MAHKEMESİ :Asliye Hukuk Mahkemesi

Davacı … vekili Avukat … tarafından, davalı … aleyhine 19/10/2015 gününde verilen dilekçe ile tehdit ve hakaret nedeniyle manevi tazminat istenmesi üzerine mahkemece yapılan yargılama sonunda; manevi tazminat talebinin kısmen kabulüne dair verilen 31/05/2016 günlü kararın Yargıtayca incelenmesi davacı vekili ve davalı vekili tarafından süresi içinde istenilmekle temyiz dilekçelerinin kabulüne karar verildikten sonra tetkik hakimi tarafından hazırlanan rapor ile dosya içerisindeki kağıtlar incelenerek gereği görüşüldü.

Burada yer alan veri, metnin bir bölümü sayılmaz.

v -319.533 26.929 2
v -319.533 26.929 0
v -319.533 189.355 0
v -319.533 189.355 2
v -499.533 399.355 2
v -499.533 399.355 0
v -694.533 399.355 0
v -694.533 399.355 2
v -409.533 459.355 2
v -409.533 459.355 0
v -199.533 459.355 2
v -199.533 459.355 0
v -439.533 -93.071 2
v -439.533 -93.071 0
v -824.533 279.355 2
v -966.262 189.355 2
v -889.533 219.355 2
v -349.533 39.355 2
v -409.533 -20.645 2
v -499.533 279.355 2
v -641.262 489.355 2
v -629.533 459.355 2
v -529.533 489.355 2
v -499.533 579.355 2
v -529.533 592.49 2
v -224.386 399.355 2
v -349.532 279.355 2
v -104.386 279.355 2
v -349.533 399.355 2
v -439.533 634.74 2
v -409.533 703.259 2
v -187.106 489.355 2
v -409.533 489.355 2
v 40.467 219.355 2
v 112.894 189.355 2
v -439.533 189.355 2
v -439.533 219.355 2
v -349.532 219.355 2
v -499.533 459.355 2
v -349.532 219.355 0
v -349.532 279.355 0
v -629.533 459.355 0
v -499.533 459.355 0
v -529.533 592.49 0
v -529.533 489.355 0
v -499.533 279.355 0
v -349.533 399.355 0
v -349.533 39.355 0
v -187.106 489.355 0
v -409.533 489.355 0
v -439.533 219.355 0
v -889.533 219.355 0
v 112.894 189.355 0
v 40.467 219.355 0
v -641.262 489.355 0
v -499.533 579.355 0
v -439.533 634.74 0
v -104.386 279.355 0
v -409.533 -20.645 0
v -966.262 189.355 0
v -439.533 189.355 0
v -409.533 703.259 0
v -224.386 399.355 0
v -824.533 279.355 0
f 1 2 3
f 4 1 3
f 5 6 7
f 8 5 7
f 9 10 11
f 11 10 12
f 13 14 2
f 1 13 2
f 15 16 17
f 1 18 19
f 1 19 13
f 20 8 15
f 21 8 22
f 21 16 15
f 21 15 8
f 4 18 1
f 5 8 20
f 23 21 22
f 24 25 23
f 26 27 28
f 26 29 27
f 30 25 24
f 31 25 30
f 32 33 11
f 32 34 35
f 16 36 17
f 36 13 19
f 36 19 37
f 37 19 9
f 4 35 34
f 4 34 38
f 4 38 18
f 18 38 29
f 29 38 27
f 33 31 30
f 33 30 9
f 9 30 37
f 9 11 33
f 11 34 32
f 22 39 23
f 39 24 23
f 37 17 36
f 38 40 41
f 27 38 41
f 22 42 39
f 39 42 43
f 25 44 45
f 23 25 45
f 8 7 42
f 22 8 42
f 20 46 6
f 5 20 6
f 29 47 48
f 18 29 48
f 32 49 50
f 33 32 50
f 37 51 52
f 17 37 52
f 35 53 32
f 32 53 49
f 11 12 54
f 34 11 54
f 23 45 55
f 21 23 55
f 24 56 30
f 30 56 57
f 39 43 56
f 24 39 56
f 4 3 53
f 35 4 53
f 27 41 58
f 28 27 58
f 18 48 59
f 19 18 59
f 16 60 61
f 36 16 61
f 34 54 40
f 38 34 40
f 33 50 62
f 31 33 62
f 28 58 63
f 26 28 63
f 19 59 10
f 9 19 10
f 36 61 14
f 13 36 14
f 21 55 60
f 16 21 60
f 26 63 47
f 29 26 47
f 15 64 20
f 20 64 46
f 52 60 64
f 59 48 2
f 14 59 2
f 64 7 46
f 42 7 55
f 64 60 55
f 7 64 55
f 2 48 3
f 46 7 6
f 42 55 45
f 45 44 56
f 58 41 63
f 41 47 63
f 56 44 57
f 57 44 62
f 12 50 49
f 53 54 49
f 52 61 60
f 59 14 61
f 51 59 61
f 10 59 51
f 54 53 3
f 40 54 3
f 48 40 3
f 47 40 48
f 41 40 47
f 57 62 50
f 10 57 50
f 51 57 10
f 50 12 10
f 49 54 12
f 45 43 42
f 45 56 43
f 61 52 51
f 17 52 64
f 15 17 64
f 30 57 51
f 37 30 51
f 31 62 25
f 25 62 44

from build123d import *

# Parameters (mm, degrees)
F0_W     = 0.001
F0_H     = 60
F1_DEPTH = 2


with BuildPart() as f1:
    # F0 (on Top) → F1 (new body)
    with BuildSketch(Plane.XY):
        Polygon((-409.5329046249, 489.3550023332), (-409.5329046249, 703.2591700554), (-439.5329046249, 675.5668623631), (-439.5329046249, 634.7396177178), (-439.5329046249, 219.3550023332), (-439.5329046249, 189.3550023332), (-439.5329046249, -93.071404538), (-409.5329046249, -63.071404538), (-409.5329046249, -20.6449976668), (-409.5329046249, 189.3550023332), (-409.5329046249, 279.3550023332), (-409.5329046249, 399.3550023332), (-409.5329046249, 459.3550023332), align=None)
        Polygon((-187.1064977537, 489.3550023332), (-409.5329046249, 489.3550023332), (-409.5329046249, 459.3550023332), (-199.5329046249, 459.3550023332), (-157.1064977537, 459.3550023332), align=None)
        Polygon((-439.5329046249, 634.7396177178), (-439.5329046249, 675.5668623631), (-499.5329046249, 620.1822469785), (-499.5329046249, 579.3550023332), align=None)
        Polygon((-499.5329046249, 579.3550023332), (-499.5329046249, 620.1822469785), (-529.5329046249, 592.4899392862), (-529.5329046249, 551.6626946409), align=None)
        Polygon((-157.1064977537, 459.3550023332), (-199.5329046249, 459.3550023332), (-139.5329046249, 399.3550023332), (40.4670953751, 219.3550023332), (-44.3857183673, 219.3550023332), (-349.5319046249, 219.3550023332), (-349.5329046249, 219.3550023332), (-349.5329046249, 189.3550023332), (-319.5329046249, 189.3550023332), (112.8935022463, 189.3550023332), align=None)
        Polygon((-439.5329046249, 189.3550023332), (-439.5329046249, 219.3550023332), (-889.5329046249, 219.3550023332), (-922.0329046249, 189.3550023332), align=None)
        Polygon((-499.5329046249, 459.3550023332), (-499.5329046249, 579.3550023332), (-529.5329046249, 551.6626946409), (-529.5329046249, 489.3550023332), (-597.0329046249, 489.3550023332), (-629.5329046249, 459.3550023332), align=None)
        Polygon((-224.3857183673, 399.3550023332), (-349.5329046249, 399.3550023332), (-349.5329046249, 279.3550023332), (-349.5319046249, 279.3550023332), (-104.3857183673, 279.3550023332), align=None)
        Polygon((-922.0329046249, 189.3550023332), (-889.5329046249, 219.3550023332), (-933.7624196573, 219.3550023332), (-966.2624196573, 189.3550023332), align=None)
        Polygon((-933.7624196573, 219.3550023332), (-889.5329046249, 219.3550023332), (-824.5329046249, 279.3550023332), (-868.7624196573, 279.3550023332), align=None)
        Polygon((-597.0329046249, 489.3550023332), (-641.2624196573, 489.3550023332), (-673.7624196573, 459.3550023332), (-629.5329046249, 459.3550023332), align=None)
        with Locations((-349.5324046249, 249.3550023332)):
            Rectangle(F0_W, F0_H)
        Polygon((-319.5329046249, 26.928595462), (-319.5329046249, 189.3550023332), (-349.5329046249, 189.3550023332), (-349.5329046249, 39.3550023332), (-349.5329046249, -3.071404538), align=None)
        Polygon((-694.5329046249, 399.3550023332), (-824.5329046249, 279.3550023332), (-499.5329046249, 279.3550023332), (-499.5329046249, 399.3550023332), align=None)
        Polygon((-868.7624196573, 279.3550023332), (-824.5329046249, 279.3550023332), (-694.5329046249, 399.3550023332), (-738.7624196573, 399.3550023332), align=None)
        Polygon((-694.5329046249, 399.3550023332), (-629.5329046249, 459.3550023332), (-673.7624196573, 459.3550023332), (-738.7624196573, 399.3550023332), align=None)
        Polygon((-349.5329046249, 39.3550023332), (-409.5329046249, -20.6449976668), (-409.5329046249, -63.071404538), (-349.5329046249, -3.071404538), align=None)
    extrude(amount=F1_DEPTH)


solid = f1.part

Dosyadaki yazılara, kararın dayandığı kanıtlarla yasaya uygun gerektirici nedenlere, özellikle delillerin değerlendirilmesinde bir isabetsizlik görülmemesine göre tarafların yerinde bulunmayan bütün temyiz itirazlarının reddiyle usul ve yasaya uygun olan hükmün ONANMASINA ve aşağıda yazılı onama harcının 44,40 TL’sinin davacıya, 240,00 TL’sinin de davalıya yükletilmesine, peşin alınan harçların bundan mahsubuna 14/01/2019 gününde oy çokluğuyla karar verildi.
(M)
KARŞI OY YAZISI
Dava, hakaret ve tehdit nedeniyle manevi tazminat istemine ilişkindir. Mahkemece istem kısmen kabul edilmiş, kararı taraflar temyiz etmişlerdir.

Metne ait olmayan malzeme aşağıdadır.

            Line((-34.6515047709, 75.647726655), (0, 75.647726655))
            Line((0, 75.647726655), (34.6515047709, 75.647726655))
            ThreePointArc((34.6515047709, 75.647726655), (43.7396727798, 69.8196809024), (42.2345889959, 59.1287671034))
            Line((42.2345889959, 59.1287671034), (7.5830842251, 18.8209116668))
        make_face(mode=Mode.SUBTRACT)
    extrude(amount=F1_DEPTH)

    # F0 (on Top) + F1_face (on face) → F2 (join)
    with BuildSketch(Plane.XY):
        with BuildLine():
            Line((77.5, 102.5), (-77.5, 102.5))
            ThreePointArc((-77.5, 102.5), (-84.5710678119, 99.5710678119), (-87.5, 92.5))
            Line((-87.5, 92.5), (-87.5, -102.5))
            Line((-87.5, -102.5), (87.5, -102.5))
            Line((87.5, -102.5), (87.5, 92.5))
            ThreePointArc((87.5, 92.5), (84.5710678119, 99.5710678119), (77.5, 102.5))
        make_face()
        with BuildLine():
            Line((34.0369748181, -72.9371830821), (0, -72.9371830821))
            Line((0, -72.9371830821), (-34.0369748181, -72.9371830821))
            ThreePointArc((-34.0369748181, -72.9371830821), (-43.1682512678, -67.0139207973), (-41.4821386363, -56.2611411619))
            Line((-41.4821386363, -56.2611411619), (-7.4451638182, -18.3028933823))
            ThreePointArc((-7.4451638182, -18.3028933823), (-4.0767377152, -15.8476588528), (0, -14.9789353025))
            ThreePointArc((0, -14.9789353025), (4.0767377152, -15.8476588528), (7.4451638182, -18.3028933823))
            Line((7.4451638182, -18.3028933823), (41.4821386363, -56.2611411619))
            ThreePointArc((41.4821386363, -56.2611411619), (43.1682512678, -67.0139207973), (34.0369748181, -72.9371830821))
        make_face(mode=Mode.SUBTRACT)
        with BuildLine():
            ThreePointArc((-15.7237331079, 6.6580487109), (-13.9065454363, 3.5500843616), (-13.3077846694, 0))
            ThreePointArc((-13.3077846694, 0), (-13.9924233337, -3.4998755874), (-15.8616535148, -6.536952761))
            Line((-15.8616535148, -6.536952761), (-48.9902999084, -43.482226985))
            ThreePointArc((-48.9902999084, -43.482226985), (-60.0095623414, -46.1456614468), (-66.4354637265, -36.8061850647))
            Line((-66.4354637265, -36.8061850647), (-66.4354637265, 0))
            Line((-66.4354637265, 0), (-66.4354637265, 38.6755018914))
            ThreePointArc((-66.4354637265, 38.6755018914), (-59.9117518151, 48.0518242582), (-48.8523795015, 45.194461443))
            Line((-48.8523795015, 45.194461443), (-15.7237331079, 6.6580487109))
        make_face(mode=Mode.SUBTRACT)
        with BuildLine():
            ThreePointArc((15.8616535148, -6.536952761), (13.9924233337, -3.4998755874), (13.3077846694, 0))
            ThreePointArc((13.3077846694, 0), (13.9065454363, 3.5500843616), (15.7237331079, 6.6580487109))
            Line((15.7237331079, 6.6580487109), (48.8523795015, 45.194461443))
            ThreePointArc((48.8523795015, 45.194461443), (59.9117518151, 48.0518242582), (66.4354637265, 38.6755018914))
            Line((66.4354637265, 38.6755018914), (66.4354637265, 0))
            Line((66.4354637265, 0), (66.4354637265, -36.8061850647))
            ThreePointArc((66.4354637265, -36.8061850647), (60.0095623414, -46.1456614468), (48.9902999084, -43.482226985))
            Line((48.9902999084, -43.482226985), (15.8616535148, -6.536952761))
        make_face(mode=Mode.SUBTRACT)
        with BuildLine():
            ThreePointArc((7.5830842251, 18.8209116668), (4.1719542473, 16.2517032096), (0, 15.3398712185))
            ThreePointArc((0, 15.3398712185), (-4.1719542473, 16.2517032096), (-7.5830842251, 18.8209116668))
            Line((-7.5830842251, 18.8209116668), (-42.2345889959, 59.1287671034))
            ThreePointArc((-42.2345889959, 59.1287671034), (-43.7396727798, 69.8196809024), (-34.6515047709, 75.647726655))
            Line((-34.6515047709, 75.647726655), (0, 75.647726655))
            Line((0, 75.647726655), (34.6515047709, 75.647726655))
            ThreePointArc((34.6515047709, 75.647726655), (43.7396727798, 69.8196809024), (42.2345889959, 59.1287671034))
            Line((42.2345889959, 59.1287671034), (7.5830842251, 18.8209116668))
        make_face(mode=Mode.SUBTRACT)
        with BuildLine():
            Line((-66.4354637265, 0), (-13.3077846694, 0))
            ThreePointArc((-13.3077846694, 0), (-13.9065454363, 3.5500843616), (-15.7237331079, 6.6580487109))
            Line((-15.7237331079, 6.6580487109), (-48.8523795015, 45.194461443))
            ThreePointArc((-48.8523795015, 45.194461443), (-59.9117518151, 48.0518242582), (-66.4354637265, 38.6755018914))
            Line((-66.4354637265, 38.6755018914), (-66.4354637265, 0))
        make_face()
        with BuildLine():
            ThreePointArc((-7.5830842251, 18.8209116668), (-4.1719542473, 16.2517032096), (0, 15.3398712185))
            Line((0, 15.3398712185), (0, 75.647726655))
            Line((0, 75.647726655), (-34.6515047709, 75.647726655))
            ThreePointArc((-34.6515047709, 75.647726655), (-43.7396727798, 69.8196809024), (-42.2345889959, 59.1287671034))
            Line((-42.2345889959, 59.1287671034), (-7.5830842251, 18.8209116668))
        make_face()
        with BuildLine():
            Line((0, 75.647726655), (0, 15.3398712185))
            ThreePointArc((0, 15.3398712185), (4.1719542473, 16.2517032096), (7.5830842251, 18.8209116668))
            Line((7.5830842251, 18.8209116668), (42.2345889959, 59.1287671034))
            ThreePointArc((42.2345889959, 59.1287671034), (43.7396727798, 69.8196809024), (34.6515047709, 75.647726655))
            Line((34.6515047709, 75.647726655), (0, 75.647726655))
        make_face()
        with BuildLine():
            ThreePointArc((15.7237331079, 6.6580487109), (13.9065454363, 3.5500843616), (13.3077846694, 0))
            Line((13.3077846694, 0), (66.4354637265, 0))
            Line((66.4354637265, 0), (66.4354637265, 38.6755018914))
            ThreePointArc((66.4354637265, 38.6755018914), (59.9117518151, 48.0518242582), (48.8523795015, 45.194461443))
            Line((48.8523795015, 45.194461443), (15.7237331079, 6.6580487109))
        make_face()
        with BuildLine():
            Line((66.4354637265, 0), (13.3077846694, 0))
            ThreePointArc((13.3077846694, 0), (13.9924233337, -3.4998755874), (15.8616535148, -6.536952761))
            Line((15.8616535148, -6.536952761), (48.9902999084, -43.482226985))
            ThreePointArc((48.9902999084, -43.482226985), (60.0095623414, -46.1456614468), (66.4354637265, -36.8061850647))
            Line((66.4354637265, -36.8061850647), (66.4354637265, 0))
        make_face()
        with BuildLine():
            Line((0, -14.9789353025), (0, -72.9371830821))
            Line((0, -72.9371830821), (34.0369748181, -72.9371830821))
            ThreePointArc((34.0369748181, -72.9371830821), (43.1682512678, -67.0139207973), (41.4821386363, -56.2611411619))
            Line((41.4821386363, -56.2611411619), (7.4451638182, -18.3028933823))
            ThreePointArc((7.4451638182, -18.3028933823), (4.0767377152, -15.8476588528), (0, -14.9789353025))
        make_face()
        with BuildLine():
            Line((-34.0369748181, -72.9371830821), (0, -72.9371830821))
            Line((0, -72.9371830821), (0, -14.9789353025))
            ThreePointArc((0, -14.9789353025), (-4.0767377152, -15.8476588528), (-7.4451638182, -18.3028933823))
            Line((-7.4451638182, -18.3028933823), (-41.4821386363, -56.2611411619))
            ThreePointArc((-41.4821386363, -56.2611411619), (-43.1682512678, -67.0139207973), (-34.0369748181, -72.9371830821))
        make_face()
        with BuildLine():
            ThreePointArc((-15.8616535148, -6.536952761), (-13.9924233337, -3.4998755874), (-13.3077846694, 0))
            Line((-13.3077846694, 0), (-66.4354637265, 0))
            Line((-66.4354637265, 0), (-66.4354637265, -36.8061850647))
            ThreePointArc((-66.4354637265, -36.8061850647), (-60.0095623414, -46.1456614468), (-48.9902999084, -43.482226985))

TBK’nun 58’inci (818 sayılı Kanun 49’uncu) maddesi uyarınca, kişilik hakları hukuka aykırı olarak saldırıya uğrayan kimse manevi tazminat ödetilmesini isteyebilir. Yargıç, manevi tazminatın tutarını belirlerken, saldırı oluşturan eylem ve olayın özelliği yanında tarafların kusur oranını, sıfatını, işgal ettikleri makamı ve diğer sosyal ve ekonomik durumlarını da dikkate almalıdır. Tutarın belirlenmesinde her olaya göre değişebilecek özel durum ve koşulların bulunacağı da gözetilerek takdir hakkını etkileyecek nedenleri karar yerinde nesnel (objektif) olarak göstermelidir. Çünkü yasanın takdir hakkı verdiği durumlarda yargıcın, hukuk ve adalete uygun (hak ve nasfetle) karar vereceği Medeni Yasa’nın 4. maddesinde belirtilmiştir. Takdir edilecek bu para, zarara uğrayanda manevi huzuru doğurmayı gerçekleştirecek tazminata benzer bir işlevi (fonksiyonu) olan özgün bir nitelik taşır. Bir ceza olmadığı gibi malvarlığı hukukuna ilişkin bir zararın karşılanmasını da amaç edinmemiştir. O halde bu tazminatın sınırı onun amacına göre belirlenmelidir. Takdir edilecek tutar, var olan durumda elde edilmek istenilen doyum (tatmin) duygusunun etkisine ulaşmak için gerekli olan kadar olmalıdır.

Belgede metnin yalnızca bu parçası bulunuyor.